Depends. If the printer server does not support your multi-function printer or does not support scanning the answer is "no." If it is a multi-function print server such as this D-Link product and it supports your multi-function printer the answer is "yes."


----------



## dustyjay (Jan 24, 2003)

Thaks for the link. I am going to check into that one. Bound to be a less expensive alternative to a new Laser MF Printer.


----------



## TerryNet (Mar 23, 2005)

There are probably less expensive ones. That one seems to be a Cadillac. I just linked to the first I found.


----------



## dustyjay (Jan 24, 2003)

At $67 from New Egg it seems a good enough deal if they have them in stock.


----------



## dustyjay (Jan 24, 2003)

At $67 US from Newegg it seems a good deal. ANd with Free Shipping even better. And it is also wireless after set up. keeps me from having to keep one of the conputers off the net, or adding a hub. though I have a hub sitting here collecting dust.


----------



## dustyjay (Jan 24, 2003)

ANd besides I do not mind driving Cadilacs!


----------



## TerryNet (Mar 23, 2005)

Sounds like we have a winner!  Provided it works with your unit.


----------



## dustyjay (Jan 24, 2003)

Well I got the dLink MF Print Server. It will not even recognize my Laser AIO, not even as a printer. According to dLink tech support it isn't on the compatibility list eve with the Firmware update for the Server. Broke down and bought a brand new HP AIO Inkjet F4480. Recognizes it as a printer won't recognize the Scanner though. Looks like I am going to be searching either for a newer Print Server that will either recognize my Canon or the HP as having a scanner, or looking for an AIO Laser that will work with it. Bummer. Though the print services on my old HP DJ 842C and the HP DJ F4480 are fantastic, not having the Scanners working is a bummer. I needed a new Inkjet Printer anyway, and the Cartridges for the New HP are half the price of the Cartridges for the 842C. I guess my quest for functionality is not over. Maybe Win 7 SP1 will correct this problem with the Scanner Sharing.


----------



## robio (Nov 24, 2008)

I have an old Hp Officejet 7310 connected to my router and can print and scan from all my pc's. I had to install the Hp software on all my pc's then configure the printer with a ip in my DHCP pool.


----------



## dustyjay (Jan 24, 2003)

none of my printers havce network connections.
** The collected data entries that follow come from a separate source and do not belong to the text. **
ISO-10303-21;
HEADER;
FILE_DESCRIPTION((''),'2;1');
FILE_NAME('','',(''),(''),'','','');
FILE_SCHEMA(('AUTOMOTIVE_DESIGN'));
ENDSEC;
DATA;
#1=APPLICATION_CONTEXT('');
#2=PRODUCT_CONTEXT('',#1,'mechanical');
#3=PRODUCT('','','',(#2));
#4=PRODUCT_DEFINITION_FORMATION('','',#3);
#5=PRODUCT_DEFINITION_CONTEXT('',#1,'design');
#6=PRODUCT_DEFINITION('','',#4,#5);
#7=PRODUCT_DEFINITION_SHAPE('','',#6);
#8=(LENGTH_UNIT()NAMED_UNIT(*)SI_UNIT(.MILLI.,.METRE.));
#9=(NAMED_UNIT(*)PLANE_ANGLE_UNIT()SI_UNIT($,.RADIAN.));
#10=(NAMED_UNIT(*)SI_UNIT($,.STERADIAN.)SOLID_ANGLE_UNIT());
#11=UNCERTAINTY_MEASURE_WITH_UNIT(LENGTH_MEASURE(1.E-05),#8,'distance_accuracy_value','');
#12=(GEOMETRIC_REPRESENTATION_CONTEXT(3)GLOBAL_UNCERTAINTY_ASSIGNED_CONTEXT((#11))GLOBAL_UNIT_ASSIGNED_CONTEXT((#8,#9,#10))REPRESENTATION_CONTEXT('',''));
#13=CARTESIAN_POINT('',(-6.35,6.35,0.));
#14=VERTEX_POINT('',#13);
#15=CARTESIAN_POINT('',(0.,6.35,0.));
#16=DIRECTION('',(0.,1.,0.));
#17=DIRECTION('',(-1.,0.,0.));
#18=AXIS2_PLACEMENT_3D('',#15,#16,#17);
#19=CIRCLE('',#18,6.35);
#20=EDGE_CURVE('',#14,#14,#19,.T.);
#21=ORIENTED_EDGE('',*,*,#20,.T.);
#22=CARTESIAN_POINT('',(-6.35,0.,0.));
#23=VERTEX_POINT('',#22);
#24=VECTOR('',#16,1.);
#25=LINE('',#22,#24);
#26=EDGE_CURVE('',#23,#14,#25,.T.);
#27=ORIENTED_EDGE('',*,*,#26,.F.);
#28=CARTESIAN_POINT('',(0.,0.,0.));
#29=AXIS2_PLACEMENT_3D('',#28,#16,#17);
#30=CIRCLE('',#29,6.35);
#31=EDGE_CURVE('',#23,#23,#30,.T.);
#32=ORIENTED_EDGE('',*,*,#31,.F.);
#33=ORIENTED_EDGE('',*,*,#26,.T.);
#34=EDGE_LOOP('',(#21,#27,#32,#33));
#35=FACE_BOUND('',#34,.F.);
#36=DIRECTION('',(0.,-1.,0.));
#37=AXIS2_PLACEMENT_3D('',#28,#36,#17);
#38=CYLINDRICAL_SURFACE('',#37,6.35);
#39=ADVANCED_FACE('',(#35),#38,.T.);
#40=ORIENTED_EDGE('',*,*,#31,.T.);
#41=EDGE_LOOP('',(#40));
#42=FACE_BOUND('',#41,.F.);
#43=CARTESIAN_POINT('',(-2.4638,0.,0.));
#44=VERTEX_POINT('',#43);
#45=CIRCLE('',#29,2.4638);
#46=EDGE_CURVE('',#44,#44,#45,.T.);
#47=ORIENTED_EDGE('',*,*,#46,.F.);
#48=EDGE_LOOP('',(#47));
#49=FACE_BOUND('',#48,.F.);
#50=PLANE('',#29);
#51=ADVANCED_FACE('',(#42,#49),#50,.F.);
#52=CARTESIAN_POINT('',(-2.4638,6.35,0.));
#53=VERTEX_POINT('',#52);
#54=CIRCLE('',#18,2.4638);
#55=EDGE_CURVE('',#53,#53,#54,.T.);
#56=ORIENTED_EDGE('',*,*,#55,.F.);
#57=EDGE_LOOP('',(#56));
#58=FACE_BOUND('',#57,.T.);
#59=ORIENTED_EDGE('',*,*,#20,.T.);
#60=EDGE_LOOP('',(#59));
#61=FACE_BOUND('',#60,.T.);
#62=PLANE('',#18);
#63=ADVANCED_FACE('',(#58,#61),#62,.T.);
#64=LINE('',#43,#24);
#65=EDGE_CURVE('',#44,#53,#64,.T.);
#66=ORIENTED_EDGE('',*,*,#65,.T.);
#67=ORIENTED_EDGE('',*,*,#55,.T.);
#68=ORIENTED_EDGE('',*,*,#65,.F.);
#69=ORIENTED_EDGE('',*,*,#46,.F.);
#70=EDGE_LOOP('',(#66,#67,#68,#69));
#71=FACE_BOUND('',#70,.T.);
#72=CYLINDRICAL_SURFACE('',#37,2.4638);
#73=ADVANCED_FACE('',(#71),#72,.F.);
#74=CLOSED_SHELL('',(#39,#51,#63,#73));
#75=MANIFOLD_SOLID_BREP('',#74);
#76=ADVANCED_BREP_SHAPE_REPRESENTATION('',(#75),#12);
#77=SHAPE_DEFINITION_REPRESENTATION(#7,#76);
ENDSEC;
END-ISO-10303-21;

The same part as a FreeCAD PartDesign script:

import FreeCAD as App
import Part
import Sketcher
Q = App.Units.Quantity

doc = App.newDocument("Part")
body = doc.addObject("PartDesign::Body", "Body")

sketch1 = body.newObject("Sketcher::SketchObject", "Sketch")
sketch1.AttachmentSupport = (doc.getObject("XZ_Plane"), [""])
sketch1.MapMode = "FlatFace"
sketch1.addGeometry(Part.Circle(App.Vector(0, 0, 0), App.Vector(0, 0, 1), 6.3), False)
sketch1.addGeometry(Part.Circle(App.Vector(0, 0, 0), App.Vector(0, 0, 1), 2.5), False)
sketch1.addConstraint(Sketcher.Constraint("Coincident", 0, 3, -1, 1))
sketch1.addConstraint(Sketcher.Constraint("Coincident", 1, 3, -1, 1))
sketch1.addConstraint(Sketcher.Constraint("Diameter", 0, Q("0.5 in")))
sketch1.addConstraint(Sketcher.Constraint("Diameter", 1, Q("0.194 in")))
pad1 = body.newObject("PartDesign::Pad", "Pad")
pad1.Profile = sketch1
pad1.Length = Q("0.25 in")
pad1.Reversed = True

doc.recompute()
I have all of the software installed on all four computers. But the printers all connected to a Win 7 Pro computer none of them can scan. Connecteither of the AIO's to a Win 7 Computer (either of two) the scanners work great from that computer. but can not scan from the other computers on the network. Not even with the Printer Server. The Canon is just too old for the Printer server to recognize even as a printer (it is nearly 6years old) and is not listed on the compatibility list either. The Brand new HP just purchased today is recognized as a printer but no scanner.


----------



## TerryNet (Mar 23, 2005)

If you can trade in the new HP get one of their units with ethernet and/or wireless capability, connect directly to your router, and forget the complications of an independent server. I wrote that like an order, but really mean it as a suggestion.


----------



## dustyjay (Jan 24, 2003)

Unfortunately, it would be a 200 mile round trip to do that. I bought the new printer at Best Buy in Eugene OR and I live 100 miles south. Only went because of a Doctor Appointment. And the Printer was only $59 (cheaper than the Print Server) Gonna RMA the Print Server to NewEgg Though. Could use another Hard drive anyway.


----------